- [Activity]:
Restate word for word the lines of the material below, from the line with "#216=PLANE('',#215);" to the line with "#233=ORIENTED_EDGE('',*,*,#170,.F.);", both lines included, and no others.

==== Records supplied ====

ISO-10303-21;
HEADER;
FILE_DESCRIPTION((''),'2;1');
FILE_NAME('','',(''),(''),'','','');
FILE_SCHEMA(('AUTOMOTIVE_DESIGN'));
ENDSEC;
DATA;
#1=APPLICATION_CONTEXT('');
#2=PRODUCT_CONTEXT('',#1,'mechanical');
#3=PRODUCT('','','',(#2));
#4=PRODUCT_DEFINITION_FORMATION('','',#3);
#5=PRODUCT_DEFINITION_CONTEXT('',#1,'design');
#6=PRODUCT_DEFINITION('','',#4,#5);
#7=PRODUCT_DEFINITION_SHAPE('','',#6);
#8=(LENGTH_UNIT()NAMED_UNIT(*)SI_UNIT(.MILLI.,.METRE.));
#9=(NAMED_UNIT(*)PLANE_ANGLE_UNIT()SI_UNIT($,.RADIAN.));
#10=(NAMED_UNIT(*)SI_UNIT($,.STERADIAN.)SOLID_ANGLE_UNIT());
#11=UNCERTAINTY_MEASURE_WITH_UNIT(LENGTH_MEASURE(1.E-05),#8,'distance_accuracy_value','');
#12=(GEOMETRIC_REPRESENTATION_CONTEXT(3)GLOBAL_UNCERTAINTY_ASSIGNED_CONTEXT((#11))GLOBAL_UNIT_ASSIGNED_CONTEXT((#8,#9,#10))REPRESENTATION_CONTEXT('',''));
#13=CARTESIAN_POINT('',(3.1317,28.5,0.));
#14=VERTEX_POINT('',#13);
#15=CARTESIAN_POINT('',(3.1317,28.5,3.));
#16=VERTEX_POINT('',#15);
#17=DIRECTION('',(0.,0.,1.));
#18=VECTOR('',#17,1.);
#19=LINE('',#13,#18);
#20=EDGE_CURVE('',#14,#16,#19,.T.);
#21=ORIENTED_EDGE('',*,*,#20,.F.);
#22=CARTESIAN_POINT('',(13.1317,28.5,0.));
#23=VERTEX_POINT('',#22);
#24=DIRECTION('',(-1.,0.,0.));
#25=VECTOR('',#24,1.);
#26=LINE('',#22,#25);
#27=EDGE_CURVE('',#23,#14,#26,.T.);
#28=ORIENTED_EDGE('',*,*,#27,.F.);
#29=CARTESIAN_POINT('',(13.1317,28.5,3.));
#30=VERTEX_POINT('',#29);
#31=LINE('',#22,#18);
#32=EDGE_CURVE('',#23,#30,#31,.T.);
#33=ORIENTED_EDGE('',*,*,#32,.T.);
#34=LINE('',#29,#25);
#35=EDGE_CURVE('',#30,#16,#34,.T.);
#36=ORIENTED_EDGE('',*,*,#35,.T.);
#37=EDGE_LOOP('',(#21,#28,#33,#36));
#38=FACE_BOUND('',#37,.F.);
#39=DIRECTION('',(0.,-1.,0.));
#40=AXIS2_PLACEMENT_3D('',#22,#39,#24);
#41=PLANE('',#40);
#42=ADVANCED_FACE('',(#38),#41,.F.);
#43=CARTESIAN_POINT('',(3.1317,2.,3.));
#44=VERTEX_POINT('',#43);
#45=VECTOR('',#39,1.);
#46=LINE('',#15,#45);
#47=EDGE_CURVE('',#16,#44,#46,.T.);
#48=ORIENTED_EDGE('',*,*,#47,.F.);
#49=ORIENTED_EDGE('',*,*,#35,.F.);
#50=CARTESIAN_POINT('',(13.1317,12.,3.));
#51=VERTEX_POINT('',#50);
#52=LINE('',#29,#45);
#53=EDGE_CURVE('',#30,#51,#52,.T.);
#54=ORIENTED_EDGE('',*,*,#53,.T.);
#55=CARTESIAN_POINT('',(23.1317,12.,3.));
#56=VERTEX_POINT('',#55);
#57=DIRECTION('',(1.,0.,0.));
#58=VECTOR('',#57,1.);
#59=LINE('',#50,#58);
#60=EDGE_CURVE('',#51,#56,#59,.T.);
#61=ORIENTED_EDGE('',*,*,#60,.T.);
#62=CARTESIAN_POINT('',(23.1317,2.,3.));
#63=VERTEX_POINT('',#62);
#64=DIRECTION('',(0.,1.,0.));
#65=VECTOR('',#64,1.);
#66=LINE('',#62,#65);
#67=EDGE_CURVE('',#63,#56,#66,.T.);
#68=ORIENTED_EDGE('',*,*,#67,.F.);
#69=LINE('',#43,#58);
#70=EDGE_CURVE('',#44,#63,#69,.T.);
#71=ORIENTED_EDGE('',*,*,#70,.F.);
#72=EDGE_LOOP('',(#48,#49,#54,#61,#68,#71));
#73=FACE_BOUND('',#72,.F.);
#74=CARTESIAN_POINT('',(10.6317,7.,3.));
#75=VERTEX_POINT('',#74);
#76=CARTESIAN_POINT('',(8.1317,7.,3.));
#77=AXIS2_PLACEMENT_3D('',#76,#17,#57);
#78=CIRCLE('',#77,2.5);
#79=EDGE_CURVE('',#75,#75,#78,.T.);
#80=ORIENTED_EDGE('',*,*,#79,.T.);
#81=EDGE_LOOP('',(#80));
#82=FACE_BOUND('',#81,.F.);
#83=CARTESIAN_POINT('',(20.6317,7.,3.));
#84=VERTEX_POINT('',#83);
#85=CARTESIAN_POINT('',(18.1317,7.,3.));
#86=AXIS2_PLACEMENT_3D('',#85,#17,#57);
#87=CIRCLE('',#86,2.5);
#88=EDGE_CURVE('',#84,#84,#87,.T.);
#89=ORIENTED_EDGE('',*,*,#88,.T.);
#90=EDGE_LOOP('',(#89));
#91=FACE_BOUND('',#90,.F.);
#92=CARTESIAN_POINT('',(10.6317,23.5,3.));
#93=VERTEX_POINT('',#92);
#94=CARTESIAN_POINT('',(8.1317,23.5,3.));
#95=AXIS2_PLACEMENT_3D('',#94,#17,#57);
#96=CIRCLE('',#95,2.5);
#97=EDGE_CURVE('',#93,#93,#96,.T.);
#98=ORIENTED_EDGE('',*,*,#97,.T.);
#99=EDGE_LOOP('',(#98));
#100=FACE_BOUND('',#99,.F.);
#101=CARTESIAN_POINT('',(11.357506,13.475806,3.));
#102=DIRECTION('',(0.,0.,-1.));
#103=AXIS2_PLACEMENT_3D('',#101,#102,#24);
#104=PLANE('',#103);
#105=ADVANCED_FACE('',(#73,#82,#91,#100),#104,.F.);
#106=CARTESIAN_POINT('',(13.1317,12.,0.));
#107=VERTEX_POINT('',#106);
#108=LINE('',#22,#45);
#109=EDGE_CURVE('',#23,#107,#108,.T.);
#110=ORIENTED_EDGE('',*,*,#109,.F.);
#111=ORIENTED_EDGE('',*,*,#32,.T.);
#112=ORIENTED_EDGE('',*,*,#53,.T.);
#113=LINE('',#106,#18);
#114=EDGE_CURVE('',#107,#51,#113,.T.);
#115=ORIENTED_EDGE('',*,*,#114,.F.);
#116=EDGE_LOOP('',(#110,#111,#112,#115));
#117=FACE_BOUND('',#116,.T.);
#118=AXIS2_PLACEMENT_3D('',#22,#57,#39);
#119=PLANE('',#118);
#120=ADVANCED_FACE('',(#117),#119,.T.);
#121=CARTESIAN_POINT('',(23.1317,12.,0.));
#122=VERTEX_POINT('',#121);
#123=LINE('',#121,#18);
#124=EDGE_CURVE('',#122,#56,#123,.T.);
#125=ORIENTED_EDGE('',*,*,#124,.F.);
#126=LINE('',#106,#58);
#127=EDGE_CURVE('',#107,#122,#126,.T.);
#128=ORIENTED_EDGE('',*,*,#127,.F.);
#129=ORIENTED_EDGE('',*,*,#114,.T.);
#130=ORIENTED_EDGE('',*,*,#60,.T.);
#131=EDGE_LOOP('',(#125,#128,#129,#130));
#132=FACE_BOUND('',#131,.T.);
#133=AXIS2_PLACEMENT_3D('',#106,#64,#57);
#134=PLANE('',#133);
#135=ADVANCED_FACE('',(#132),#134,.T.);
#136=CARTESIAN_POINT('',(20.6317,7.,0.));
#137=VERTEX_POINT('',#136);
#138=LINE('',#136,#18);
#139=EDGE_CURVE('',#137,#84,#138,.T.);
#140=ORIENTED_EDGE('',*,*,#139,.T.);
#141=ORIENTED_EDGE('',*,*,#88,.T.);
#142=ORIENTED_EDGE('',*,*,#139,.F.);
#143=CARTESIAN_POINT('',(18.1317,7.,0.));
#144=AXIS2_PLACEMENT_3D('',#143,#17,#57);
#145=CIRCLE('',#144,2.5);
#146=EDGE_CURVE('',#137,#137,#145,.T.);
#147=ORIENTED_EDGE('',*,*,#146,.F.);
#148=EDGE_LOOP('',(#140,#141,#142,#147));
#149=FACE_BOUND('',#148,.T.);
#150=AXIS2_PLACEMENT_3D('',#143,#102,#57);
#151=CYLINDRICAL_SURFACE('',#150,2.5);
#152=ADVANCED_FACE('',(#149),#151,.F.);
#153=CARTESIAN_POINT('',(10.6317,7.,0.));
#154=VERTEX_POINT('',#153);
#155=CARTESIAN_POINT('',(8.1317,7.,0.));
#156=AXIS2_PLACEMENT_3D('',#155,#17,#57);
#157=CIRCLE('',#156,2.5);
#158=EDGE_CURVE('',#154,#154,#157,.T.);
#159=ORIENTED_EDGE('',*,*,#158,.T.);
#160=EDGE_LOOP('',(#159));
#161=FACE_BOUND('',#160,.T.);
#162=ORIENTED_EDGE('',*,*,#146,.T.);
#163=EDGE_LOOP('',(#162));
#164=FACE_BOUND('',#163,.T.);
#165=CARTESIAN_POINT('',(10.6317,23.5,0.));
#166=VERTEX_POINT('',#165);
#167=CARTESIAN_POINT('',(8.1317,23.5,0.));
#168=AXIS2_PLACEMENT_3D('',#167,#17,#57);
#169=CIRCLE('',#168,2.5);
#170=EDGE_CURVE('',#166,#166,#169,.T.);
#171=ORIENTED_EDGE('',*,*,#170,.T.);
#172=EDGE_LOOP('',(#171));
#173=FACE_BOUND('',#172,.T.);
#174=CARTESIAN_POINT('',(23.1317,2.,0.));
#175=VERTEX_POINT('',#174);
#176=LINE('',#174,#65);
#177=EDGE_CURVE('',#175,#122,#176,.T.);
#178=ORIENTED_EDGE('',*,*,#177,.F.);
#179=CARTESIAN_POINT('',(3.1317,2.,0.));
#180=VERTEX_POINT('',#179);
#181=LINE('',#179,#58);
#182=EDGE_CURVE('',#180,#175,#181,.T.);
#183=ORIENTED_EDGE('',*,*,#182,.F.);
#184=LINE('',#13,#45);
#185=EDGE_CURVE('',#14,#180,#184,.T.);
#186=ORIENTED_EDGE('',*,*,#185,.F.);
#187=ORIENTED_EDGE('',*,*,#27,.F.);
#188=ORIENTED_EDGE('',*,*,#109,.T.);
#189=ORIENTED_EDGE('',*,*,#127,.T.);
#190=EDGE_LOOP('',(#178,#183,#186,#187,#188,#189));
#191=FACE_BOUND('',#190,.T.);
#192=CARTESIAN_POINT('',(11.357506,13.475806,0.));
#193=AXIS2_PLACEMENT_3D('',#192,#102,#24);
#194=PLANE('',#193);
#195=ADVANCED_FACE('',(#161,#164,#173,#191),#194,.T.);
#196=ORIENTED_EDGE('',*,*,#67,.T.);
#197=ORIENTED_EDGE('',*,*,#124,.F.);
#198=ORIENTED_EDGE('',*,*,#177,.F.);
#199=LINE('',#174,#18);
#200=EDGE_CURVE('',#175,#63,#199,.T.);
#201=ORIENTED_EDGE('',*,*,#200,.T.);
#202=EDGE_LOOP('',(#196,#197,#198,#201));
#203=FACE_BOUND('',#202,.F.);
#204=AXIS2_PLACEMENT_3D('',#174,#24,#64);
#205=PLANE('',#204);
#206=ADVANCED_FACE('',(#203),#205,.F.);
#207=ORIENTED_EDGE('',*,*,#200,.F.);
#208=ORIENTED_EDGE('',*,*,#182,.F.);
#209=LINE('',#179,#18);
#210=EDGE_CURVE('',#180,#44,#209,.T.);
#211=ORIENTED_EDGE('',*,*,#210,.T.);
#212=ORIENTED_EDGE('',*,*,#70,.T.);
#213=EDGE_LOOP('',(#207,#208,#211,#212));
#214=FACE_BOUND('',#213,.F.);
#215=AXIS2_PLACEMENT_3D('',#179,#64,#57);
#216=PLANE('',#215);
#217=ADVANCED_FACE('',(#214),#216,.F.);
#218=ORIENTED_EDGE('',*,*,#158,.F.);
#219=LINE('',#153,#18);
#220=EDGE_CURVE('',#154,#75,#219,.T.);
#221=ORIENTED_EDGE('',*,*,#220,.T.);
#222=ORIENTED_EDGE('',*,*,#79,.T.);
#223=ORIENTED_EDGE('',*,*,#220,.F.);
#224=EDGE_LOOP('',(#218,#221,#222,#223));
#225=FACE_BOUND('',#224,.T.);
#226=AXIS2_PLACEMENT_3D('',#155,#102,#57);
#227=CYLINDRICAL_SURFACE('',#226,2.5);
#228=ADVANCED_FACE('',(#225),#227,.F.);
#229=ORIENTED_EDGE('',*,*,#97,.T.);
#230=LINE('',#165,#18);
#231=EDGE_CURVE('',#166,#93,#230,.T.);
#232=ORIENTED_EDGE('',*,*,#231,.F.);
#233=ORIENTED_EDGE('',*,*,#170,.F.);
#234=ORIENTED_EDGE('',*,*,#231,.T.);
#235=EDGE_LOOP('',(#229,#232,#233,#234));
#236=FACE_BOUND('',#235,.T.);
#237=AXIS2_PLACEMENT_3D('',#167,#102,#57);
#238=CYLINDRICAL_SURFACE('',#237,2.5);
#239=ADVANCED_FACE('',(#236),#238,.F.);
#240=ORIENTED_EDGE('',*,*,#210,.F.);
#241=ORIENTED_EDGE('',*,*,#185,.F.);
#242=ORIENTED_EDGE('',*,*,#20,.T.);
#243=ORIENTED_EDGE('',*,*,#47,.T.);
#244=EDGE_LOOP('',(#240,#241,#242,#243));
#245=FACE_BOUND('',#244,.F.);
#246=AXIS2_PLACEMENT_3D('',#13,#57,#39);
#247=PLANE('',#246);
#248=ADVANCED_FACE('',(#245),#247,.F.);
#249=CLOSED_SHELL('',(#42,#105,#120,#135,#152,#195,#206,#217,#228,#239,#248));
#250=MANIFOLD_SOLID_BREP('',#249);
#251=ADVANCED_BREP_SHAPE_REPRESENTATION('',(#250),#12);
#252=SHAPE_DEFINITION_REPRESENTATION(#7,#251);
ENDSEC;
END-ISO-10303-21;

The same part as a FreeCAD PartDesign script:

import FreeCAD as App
import Part
import Sketcher
from FreeCAD import Vector


def add_polygon(sketch, points):
    """Adds a closed chain of lines whose ends are joined by coincident constraints."""
    first, n = sketch.GeometryCount, len(points)
    for a, b in zip(points, points[1:] + points[:1]):
        sketch.addGeometry(Part.LineSegment(App.Vector(*a, 0), App.Vector(*b, 0)), False)
    for i in range(n):
        sketch.addConstraint(Sketcher.Constraint("Coincident", first + i, 2, first + (i + 1) % n, 1))

doc = App.newDocument("Part")
body = doc.addObject("PartDesign::Body", "Body")

sketch1 = doc.addObject("Sketcher::SketchObject", "Sketch")
body.addObject(sketch1)
sketch1.AttachmentSupport = (doc.XY_Plane, [""])
sketch1.MapMode = "FlatFace"
add_polygon(sketch1, [(13.1317, 12), (13.1317, 28.5), (3.1317, 28.5), (3.1317, 2), (23.1317, 2), (23.1317, 12)])
sketch1.addGeometry(Part.Circle(Vector(8.1317, 7, 0), Vector(0, 0, 1), 2.5), False)
sketch1.addGeometry(Part.Circle(Vector(18.1317, 7, 0), Vector(0, 0, 1), 2.5), False)
sketch1.addGeometry(Part.Circle(Vector(8.1317, 23.5, 0), Vector(0, 0, 1), 2.5), False)
sketch1.addConstraint([
    Sketcher.Constraint("Vertical", 0),
    Sketcher.Constraint("Horizontal", 1),
    Sketcher.Constraint("Vertical", 2),
    Sketcher.Constraint("Horizontal", 3),
    Sketcher.Constraint("Vertical", 4),
    Sketcher.Constraint("Horizontal", 5),
    Sketcher.Constraint("Equal", 6, 7),
    Sketcher.Constraint("Equal", 7, 8),
    Sketcher.Constraint("Horizontal", 6, 3, 7, 3),
    Sketcher.Constraint("Vertical", 6, 3, 8, 3),
    Sketcher.Constraint("Equal", 1, 5),
    Sketcher.Constraint("Equal", 5, 4),
    Sketcher.Constraint("Diameter", 6, 5.0),
    Sketcher.Constraint("DistanceX", 1, 2, 1, 1, 10.0),
    Sketcher.Constraint("DistanceY", 0, 1, 0, 2, 16.5),
    Sketcher.Constraint("DistanceY", -1, 1, 6, 3, 7.0),
    Sketcher.Constraint("DistanceY", -1, 1, 2, 2, 2.0),
    Sketcher.Constraint("DistanceX", 6, 3, 7, 3, 10.0),
    Sketcher.Constraint("DistanceX", 8, 3, 0, 2, 5.0),
    Sketcher.Constraint("DistanceY", 8, 3, 0, 2, 5.0),
    Sketcher.Constraint("DistanceX", -1, 1, 6, 3, 8.1317),
])
pad1 = doc.addObject("PartDesign::Pad", "Pad")
body.addObject(pad1)
pad1.Profile = sketch1
pad1.Length = 3

doc.recompute()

====

- [Solved exercise]:
#216=PLANE('',#215);
#217=ADVANCED_FACE('',(#214),#216,.F.);
#218=ORIENTED_EDGE('',*,*,#158,.F.);
#219=LINE('',#153,#18);
#220=EDGE_CURVE('',#154,#75,#219,.T.);
#221=ORIENTED_EDGE('',*,*,#220,.T.);
#222=ORIENTED_EDGE('',*,*,#79,.T.);
#223=ORIENTED_EDGE('',*,*,#220,.F.);
#224=EDGE_LOOP('',(#218,#221,#222,#223));
#225=FACE_BOUND('',#224,.T.);
#226=AXIS2_PLACEMENT_3D('',#155,#102,#57);
#227=CYLINDRICAL_SURFACE('',#226,2.5);
#228=ADVANCED_FACE('',(#225),#227,.F.);
#229=ORIENTED_EDGE('',*,*,#97,.T.);
#230=LINE('',#165,#18);
#231=EDGE_CURVE('',#166,#93,#230,.T.);
#232=ORIENTED_EDGE('',*,*,#231,.F.);
#233=ORIENTED_EDGE('',*,*,#170,.F.);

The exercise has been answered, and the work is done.